Perched upon an outcrop of rock, Rheinstein Castle overlooks the Rhine River just north and west of Mainz. First fortified in (roughly) 900 A.D., the castle, referred then to as Feitsburg, served the early German Emperors as a way station and customs post. The Emperor Rudolph von Habsburg dwelt in the castle for some time. Eventually it passed to the Bishop of Mainz as a fief. In time, its upkeep became too great and the Bishop's household allowed it to fall into ruin. In the early 1820s a Prince of Prussia purchased it, rebuilt it and named it Rheinstein Castle.
Rheinstein sits upon a ridge some 300 feet above the Rhine River and is accessible by a small foot path that winds up the rocky slope to the drawbridge and portcullis that guard its interiors. Stout walls surround a main keep, several towers, and a garden that sports a Burgundy Grape Vine some 500 years old.
Tis said that many years ago, a poor knight, Sir Diethelm, dwelt there in poverty, his only wealth lay in a possible dowry for his beautiful daughter, Gerda. He sought far and wide for a wealthy candidate.
But Gerda had other thoughts. Wooed by the knight Helmbrecht she fell in love with him and the two hoped to marry. So Helmbrecht turned to his uncle for aid in hopes to pay the dowry. But the uncle played him false and offered Diethelm to pay the dowry but Gerda would be his wife instead of Helmbrecht's. To this Diethelm agreed, happily or reluctantly the tales do now say, but he agreed nonetheless. Such wealth would change his fortune and that of his daughter.

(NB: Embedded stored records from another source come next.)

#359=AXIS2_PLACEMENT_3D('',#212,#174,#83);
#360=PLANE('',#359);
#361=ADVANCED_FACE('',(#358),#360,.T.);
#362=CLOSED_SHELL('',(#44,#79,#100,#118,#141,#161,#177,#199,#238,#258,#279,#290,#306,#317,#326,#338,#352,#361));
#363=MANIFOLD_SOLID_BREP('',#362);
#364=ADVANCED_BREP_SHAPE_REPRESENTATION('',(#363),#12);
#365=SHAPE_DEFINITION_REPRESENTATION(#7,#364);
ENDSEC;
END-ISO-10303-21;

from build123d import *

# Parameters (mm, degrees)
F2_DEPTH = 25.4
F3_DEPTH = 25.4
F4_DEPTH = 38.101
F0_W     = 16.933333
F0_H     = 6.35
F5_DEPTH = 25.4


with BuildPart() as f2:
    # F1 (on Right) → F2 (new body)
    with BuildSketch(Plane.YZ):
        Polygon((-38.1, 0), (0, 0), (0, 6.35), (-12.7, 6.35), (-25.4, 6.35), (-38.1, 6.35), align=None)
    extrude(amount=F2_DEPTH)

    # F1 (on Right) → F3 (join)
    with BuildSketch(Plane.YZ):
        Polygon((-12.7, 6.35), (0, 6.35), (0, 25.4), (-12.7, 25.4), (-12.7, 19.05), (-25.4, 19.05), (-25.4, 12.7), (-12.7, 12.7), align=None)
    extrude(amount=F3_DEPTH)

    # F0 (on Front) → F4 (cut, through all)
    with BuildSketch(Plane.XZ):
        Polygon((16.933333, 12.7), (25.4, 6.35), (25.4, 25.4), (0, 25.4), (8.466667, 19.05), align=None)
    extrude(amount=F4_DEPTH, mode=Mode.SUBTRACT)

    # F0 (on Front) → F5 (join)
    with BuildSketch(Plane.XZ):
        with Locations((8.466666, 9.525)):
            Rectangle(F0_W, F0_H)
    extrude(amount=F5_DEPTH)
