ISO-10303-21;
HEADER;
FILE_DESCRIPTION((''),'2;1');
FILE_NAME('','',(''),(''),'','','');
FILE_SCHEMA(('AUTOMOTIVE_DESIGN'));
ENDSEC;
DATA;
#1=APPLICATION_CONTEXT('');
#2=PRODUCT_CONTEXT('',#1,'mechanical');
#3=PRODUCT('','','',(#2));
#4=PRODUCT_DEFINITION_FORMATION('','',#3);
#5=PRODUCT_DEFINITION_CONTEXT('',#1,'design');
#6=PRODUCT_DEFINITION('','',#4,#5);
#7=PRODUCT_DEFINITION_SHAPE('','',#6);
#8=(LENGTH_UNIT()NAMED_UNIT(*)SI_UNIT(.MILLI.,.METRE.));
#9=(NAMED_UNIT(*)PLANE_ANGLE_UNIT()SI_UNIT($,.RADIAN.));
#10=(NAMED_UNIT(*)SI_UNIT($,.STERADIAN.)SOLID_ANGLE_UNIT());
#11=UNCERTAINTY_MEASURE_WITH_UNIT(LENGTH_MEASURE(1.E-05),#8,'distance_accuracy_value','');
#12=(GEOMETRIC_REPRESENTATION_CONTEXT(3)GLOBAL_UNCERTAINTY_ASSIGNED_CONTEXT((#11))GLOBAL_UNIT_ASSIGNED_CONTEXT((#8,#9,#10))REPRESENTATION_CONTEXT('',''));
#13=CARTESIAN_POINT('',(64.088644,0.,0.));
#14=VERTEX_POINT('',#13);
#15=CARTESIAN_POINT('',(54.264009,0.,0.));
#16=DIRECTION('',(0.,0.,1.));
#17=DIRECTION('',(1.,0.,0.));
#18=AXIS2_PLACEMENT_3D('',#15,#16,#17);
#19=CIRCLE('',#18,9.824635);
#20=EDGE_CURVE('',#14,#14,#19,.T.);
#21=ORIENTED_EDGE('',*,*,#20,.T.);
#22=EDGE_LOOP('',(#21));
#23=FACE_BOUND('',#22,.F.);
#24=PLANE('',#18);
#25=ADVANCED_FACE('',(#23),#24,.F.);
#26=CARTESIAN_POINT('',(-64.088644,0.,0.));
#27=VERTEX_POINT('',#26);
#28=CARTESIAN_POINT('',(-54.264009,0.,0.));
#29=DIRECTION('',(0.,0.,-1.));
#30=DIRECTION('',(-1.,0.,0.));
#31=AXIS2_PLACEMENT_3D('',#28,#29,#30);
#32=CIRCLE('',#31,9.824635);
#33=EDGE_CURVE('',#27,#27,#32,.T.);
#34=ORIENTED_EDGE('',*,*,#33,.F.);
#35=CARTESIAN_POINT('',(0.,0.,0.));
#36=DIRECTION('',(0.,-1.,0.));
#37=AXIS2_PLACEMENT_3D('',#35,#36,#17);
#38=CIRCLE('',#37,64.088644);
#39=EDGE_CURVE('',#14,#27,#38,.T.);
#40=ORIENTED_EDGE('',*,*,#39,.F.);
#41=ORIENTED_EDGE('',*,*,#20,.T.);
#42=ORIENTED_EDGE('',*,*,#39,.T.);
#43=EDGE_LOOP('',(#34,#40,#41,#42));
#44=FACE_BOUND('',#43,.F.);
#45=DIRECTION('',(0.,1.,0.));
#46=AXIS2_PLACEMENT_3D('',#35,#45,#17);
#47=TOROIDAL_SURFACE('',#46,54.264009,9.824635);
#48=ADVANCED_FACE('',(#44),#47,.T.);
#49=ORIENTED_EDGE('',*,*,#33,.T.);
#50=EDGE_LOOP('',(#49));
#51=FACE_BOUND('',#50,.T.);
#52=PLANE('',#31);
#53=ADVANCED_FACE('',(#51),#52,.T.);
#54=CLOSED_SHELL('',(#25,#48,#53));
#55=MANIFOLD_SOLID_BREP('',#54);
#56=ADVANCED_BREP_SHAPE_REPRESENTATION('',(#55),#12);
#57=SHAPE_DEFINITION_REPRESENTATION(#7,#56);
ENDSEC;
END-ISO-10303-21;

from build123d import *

# Parameters (mm, degrees)
F1_R     = 9.824635
F2_ANGLE = 180


with BuildPart() as f2:
    # F1 (on Top) → F2 (revolve)
    with BuildSketch(Plane.XY):
        with Locations((54.264009, 0)):
            Circle(F1_R)
    revolve(axis=Axis((0, 0, 0), (0, -1, 0)), revolution_arc=F2_ANGLE)


solid = f2.part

Upon hearing the news Gerda wept, becoming so distraught that the sounds of her grief drew the attention of a water nymph living in the Rhine River. The nymph took pity upon the young maid and upon their wedding day caused the Uncle's horse to buck and hurl him into the river, where he was taken to the depths and drowned.
Thus Helmbrecht inherited his Uncle's fortune and took the hand of fair Gerda in marriage and thus they lived, passing into the history of the castle works.